About this exercise:
The stretch from the line with "f 457 497 26" through the line with "Line((-41.92, -16.858374143), (-62.77, -4.818374143))" in the records below: write it out exactly, and nothing else.

Recorded data:

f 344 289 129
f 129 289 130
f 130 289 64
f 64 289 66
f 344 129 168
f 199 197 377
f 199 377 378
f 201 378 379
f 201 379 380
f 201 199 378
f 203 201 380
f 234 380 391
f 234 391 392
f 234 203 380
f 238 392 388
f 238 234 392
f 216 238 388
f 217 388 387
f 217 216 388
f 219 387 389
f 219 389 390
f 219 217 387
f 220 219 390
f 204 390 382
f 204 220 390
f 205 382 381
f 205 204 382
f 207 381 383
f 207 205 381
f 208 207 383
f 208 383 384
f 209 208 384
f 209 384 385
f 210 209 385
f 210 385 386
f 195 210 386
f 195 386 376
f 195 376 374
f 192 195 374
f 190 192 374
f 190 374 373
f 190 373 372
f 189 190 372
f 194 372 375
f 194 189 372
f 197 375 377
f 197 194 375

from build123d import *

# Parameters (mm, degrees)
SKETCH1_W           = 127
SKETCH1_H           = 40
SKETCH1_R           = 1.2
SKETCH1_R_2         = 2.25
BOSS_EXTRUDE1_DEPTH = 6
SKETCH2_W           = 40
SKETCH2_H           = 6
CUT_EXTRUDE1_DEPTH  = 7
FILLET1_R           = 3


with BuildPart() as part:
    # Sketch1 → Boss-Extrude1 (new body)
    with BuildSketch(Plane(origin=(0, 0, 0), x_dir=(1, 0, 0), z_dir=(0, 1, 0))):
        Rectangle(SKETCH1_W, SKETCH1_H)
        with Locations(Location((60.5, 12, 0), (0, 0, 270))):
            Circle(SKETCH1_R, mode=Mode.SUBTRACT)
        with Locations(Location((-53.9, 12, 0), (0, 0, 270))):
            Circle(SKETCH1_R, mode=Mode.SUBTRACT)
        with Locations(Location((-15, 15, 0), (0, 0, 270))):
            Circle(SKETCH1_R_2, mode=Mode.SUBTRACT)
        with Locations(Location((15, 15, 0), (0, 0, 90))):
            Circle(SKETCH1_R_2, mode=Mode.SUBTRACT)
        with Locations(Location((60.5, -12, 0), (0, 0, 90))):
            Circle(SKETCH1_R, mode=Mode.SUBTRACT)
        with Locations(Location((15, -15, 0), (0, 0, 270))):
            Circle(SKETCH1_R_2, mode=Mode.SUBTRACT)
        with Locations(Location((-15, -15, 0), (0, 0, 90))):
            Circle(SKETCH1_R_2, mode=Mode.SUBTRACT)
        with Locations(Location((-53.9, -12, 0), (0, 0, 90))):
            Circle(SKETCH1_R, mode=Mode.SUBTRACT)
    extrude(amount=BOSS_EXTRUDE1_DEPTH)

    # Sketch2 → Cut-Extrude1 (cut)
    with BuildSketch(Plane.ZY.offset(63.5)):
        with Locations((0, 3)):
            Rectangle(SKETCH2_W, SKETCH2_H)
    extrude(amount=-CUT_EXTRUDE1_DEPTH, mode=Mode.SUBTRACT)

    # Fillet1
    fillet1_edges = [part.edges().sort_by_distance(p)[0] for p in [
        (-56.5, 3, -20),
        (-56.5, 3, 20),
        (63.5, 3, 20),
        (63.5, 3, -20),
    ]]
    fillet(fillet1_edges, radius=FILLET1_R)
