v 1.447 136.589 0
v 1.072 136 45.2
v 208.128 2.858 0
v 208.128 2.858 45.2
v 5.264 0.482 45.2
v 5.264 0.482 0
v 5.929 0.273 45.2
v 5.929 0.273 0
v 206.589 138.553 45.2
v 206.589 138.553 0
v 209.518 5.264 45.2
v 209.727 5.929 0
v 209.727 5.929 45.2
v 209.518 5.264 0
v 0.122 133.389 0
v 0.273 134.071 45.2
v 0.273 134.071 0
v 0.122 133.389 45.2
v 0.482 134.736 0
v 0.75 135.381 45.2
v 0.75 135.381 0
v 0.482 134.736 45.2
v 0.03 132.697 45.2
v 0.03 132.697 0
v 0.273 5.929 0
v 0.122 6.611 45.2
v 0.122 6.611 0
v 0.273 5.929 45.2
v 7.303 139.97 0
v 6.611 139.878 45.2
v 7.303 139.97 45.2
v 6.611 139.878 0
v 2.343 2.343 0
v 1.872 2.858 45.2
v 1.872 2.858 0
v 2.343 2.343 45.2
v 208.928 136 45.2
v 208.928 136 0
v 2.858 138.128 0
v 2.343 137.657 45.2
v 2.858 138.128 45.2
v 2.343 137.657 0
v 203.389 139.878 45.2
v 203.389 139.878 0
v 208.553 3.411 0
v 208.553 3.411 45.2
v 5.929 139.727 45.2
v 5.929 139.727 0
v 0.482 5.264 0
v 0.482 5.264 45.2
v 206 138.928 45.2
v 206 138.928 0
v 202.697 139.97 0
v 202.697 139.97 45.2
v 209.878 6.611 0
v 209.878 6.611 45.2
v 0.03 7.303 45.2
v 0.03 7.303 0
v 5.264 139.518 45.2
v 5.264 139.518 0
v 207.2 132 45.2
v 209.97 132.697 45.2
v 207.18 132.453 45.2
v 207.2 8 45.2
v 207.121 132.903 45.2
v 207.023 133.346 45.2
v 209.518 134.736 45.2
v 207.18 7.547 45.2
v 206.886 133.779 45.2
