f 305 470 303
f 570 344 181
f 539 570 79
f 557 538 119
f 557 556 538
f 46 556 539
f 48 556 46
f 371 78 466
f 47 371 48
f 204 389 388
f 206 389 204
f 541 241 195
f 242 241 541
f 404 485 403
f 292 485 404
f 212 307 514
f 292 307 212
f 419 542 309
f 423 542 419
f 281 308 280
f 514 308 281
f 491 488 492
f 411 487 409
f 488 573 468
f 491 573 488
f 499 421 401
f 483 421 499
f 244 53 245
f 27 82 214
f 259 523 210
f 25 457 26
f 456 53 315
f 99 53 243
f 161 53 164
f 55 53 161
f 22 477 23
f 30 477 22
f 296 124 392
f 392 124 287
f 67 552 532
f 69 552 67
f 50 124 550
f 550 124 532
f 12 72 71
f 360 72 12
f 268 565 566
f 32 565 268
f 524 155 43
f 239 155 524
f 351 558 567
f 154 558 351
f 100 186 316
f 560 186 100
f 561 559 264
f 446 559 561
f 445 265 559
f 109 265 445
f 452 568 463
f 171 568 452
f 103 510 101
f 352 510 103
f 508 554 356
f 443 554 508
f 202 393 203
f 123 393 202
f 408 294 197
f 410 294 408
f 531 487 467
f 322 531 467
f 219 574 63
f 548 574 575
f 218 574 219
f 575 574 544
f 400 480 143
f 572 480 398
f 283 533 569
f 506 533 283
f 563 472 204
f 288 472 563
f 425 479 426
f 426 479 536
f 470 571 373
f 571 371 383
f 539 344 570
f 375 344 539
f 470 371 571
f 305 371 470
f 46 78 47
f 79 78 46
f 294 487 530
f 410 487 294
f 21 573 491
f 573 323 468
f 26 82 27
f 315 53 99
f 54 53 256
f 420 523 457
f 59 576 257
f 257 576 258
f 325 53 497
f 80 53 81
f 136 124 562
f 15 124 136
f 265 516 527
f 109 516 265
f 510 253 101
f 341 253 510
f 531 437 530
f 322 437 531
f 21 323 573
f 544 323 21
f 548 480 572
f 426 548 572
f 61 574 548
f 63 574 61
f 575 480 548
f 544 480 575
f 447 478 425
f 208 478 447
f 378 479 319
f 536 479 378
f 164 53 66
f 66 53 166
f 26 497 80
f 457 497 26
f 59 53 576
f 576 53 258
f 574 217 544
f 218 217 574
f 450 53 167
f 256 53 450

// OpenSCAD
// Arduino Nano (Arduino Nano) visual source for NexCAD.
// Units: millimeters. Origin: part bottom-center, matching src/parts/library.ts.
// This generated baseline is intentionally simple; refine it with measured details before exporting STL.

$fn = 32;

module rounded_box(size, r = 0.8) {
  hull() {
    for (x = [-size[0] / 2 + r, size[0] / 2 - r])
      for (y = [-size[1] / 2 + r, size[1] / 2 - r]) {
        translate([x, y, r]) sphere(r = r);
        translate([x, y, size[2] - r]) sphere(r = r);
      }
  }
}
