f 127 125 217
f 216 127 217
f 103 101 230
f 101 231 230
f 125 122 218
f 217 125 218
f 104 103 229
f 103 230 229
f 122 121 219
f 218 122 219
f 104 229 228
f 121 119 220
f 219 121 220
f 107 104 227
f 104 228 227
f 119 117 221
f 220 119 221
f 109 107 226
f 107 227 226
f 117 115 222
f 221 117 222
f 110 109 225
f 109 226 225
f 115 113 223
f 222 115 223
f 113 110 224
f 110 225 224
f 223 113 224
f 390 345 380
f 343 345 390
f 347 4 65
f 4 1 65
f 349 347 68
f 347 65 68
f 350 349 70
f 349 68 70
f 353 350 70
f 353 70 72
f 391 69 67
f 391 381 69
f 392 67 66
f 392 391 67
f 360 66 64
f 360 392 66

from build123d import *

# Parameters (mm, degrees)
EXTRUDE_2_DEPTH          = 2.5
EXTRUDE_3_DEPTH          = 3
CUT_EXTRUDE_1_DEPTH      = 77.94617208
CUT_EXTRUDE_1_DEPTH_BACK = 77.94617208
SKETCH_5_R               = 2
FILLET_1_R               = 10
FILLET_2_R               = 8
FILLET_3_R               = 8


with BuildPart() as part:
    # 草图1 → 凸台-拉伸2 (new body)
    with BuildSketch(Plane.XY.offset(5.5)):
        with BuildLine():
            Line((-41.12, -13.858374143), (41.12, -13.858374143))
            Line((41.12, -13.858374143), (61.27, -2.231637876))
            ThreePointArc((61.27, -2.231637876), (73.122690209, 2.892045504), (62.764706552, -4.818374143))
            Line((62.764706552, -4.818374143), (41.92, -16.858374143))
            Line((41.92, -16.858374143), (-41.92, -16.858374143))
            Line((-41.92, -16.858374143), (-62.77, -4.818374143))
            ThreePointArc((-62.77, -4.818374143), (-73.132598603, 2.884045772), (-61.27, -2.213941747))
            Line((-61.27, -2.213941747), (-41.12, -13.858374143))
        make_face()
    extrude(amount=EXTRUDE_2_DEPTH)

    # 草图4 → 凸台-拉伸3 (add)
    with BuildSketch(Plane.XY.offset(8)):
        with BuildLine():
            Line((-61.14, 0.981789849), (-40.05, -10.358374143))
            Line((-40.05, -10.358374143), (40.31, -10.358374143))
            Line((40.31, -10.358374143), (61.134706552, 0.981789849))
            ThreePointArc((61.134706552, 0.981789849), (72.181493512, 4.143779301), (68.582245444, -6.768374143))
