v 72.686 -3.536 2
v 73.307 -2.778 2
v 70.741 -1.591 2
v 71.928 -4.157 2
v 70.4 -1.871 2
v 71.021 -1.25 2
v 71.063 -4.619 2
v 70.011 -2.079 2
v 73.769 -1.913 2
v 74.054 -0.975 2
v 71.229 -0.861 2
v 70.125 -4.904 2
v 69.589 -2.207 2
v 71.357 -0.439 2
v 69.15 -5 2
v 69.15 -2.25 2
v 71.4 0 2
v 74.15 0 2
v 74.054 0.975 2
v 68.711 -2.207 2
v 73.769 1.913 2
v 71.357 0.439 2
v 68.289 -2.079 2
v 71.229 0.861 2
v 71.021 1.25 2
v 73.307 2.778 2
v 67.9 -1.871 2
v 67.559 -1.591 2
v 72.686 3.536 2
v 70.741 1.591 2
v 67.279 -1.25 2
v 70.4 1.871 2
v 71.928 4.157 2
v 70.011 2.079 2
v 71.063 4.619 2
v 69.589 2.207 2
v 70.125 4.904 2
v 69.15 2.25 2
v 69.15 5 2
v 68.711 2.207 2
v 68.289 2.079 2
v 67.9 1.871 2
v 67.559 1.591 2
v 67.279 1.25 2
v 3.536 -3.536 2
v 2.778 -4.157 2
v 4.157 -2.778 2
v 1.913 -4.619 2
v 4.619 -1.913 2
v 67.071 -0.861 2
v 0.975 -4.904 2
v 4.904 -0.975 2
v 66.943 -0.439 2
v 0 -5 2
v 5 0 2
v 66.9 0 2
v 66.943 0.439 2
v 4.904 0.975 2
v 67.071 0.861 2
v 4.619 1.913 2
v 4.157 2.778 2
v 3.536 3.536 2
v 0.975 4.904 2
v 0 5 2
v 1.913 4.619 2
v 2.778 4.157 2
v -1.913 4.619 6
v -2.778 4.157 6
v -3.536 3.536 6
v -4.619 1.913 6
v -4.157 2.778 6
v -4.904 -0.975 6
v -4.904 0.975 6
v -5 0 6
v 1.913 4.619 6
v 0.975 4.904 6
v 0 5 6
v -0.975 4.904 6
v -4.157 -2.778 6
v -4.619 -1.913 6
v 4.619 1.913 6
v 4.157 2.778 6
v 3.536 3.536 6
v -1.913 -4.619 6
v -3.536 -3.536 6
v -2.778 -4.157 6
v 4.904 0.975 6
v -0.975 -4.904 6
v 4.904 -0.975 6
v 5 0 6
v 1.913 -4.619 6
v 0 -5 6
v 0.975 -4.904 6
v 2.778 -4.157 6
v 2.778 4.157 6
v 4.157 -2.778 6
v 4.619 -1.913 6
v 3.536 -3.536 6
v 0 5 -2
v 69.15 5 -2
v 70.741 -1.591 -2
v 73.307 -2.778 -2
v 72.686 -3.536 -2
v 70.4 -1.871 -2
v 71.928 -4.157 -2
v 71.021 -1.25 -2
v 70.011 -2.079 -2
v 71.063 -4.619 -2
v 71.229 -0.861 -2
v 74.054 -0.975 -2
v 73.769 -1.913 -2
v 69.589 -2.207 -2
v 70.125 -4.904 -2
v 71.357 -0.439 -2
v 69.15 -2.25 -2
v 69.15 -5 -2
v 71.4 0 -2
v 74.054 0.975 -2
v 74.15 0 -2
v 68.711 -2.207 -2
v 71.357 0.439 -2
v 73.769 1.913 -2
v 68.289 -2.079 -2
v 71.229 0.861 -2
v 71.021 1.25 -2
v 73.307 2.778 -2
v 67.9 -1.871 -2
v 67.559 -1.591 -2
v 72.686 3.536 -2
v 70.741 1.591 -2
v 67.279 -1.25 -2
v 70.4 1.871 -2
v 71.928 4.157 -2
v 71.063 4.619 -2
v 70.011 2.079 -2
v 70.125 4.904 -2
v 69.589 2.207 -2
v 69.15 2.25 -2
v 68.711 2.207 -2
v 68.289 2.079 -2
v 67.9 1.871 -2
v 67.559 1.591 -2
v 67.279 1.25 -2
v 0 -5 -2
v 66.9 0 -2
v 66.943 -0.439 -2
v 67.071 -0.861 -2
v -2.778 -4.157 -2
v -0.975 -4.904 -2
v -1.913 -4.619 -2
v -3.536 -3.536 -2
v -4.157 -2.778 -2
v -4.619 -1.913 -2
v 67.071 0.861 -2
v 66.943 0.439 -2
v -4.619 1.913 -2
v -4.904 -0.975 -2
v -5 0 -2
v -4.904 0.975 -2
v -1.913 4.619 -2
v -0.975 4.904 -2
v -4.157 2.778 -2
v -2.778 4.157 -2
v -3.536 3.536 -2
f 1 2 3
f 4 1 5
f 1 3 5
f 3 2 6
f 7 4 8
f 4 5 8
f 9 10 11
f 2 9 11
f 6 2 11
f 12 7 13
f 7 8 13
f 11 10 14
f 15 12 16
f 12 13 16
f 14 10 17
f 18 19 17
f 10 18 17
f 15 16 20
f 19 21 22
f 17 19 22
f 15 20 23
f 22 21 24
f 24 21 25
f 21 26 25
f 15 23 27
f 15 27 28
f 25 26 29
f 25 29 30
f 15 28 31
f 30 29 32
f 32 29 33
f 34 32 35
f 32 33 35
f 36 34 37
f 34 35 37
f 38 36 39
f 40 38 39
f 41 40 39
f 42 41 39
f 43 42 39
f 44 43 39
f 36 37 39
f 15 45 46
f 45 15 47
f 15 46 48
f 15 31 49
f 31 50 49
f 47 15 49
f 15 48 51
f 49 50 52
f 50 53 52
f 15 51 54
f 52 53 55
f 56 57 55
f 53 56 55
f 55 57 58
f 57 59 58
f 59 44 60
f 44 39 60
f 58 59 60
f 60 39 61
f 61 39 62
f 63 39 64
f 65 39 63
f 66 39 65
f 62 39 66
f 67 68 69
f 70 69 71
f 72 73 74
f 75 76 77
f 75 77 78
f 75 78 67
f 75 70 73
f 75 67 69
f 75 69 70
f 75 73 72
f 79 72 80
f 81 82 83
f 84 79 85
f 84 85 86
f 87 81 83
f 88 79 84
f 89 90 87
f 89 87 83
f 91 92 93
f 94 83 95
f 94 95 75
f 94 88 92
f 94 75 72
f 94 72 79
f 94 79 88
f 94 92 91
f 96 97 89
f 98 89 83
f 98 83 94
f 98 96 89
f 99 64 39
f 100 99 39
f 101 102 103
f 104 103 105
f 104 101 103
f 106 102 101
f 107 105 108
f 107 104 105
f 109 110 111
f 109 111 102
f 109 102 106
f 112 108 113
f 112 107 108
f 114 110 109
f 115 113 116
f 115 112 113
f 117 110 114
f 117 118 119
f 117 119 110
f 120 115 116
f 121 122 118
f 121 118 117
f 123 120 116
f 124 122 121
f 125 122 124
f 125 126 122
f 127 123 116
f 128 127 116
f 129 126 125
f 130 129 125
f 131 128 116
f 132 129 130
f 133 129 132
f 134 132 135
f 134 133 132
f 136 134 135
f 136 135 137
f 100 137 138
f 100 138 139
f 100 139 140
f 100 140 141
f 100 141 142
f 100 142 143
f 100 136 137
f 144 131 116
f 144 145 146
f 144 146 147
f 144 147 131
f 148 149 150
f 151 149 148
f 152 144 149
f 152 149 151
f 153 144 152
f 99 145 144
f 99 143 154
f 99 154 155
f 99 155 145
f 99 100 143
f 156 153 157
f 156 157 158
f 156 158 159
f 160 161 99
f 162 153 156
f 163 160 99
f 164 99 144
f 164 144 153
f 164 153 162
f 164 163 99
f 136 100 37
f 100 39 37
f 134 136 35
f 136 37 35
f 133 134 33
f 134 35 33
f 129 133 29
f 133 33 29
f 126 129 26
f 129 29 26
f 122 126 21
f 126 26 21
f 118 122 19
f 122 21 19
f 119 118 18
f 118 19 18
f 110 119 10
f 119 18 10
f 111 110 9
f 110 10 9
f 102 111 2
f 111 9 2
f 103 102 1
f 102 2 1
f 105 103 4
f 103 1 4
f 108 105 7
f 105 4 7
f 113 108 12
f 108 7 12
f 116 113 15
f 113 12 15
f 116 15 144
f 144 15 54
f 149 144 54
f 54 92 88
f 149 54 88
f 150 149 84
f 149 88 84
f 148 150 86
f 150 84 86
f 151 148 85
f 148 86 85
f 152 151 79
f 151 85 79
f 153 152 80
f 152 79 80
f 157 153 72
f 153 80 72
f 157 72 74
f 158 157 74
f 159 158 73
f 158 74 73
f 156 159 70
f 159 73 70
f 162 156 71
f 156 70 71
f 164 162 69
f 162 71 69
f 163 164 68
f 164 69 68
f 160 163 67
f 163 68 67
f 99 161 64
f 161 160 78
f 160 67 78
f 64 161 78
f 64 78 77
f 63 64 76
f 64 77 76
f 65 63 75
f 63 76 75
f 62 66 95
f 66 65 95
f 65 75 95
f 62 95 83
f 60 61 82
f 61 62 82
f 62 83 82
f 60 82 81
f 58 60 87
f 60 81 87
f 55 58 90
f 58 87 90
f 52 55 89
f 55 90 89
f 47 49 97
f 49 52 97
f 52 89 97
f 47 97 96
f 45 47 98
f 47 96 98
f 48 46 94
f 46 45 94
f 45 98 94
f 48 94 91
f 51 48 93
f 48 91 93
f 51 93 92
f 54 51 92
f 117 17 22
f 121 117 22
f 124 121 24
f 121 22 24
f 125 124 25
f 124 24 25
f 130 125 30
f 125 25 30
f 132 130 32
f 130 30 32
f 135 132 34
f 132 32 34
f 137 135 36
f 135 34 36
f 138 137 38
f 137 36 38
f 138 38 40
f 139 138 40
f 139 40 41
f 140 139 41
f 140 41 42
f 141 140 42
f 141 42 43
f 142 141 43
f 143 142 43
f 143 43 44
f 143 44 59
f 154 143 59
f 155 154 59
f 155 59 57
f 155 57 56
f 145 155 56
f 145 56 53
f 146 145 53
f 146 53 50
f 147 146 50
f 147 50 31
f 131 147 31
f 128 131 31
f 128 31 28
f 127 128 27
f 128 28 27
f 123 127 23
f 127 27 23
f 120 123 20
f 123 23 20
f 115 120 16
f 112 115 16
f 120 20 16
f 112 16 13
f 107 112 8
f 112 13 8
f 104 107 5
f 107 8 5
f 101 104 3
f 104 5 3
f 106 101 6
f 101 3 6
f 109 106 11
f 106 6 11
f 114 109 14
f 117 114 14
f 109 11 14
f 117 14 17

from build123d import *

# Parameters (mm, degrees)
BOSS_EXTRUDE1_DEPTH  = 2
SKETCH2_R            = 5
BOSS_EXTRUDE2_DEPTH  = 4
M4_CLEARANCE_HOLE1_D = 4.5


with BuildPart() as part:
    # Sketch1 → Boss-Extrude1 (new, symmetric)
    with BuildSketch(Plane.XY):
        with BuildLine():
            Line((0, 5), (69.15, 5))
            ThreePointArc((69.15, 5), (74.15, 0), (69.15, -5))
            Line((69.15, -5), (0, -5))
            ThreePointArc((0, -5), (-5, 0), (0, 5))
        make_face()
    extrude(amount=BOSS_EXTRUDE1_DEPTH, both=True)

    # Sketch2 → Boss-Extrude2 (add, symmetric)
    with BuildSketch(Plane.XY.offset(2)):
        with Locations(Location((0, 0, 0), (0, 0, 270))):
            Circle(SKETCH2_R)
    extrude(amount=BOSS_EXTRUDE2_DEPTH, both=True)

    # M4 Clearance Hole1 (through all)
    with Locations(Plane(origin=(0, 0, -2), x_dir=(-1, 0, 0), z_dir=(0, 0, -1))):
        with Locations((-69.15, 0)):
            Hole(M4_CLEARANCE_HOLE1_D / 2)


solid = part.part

Answer to this task:
f 457 497 26
f 59 53 576
f 576 53 258
f 574 217 544
f 218 217 574
f 450 53 167
f 256 53 450

// OpenSCAD
// Arduino Nano (Arduino Nano) visual source for NexCAD.
// Units: millimeters. Origin: part bottom-center, matching src/parts/library.ts.
// This generated baseline is intentionally simple; refine it with measured details before exporting STL.

$fn = 32;

module rounded_box(size, r = 0.8) {
  hull() {
    for (x = [-size[0] / 2 + r, size[0] / 2 - r])
      for (y = [-size[1] / 2 + r, size[1] / 2 - r]) {
        translate([x, y, r]) sphere(r = r);
        translate([x, y, size[2] - r]) sphere(r = r);
      }
  }
}
f 127 125 217
f 216 127 217
f 103 101 230
f 101 231 230
f 125 122 218
f 217 125 218
f 104 103 229
f 103 230 229
f 122 121 219
f 218 122 219
f 104 229 228
f 121 119 220
f 219 121 220
f 107 104 227
f 104 228 227
f 119 117 221
f 220 119 221
f 109 107 226
f 107 227 226
f 117 115 222
f 221 117 222
f 110 109 225
f 109 226 225
f 115 113 223
f 222 115 223
f 113 110 224
f 110 225 224
f 223 113 224
f 390 345 380
f 343 345 390
f 347 4 65
f 4 1 65
f 349 347 68
f 347 65 68
f 350 349 70
f 349 68 70
f 353 350 70
f 353 70 72
f 391 69 67
f 391 381 69
f 392 67 66
f 392 391 67
f 360 66 64
f 360 392 66

from build123d import *

# Parameters (mm, degrees)
EXTRUDE_2_DEPTH          = 2.5
EXTRUDE_3_DEPTH          = 3
CUT_EXTRUDE_1_DEPTH      = 77.94617208
CUT_EXTRUDE_1_DEPTH_BACK = 77.94617208
SKETCH_5_R               = 2
FILLET_1_R               = 10
FILLET_2_R               = 8
FILLET_3_R               = 8


with BuildPart() as part:
    # 草图1 → 凸台-拉伸2 (new body)
    with BuildSketch(Plane.XY.offset(5.5)):
        with BuildLine():
            Line((-41.12, -13.858374143), (41.12, -13.858374143))
            Line((41.12, -13.858374143), (61.27, -2.231637876))
            ThreePointArc((61.27, -2.231637876), (73.122690209, 2.892045504), (62.764706552, -4.818374143))
            Line((62.764706552, -4.818374143), (41.92, -16.858374143))
            Line((41.92, -16.858374143), (-41.92, -16.858374143))
            Line((-41.92, -16.858374143), (-62.77, -4.818374143))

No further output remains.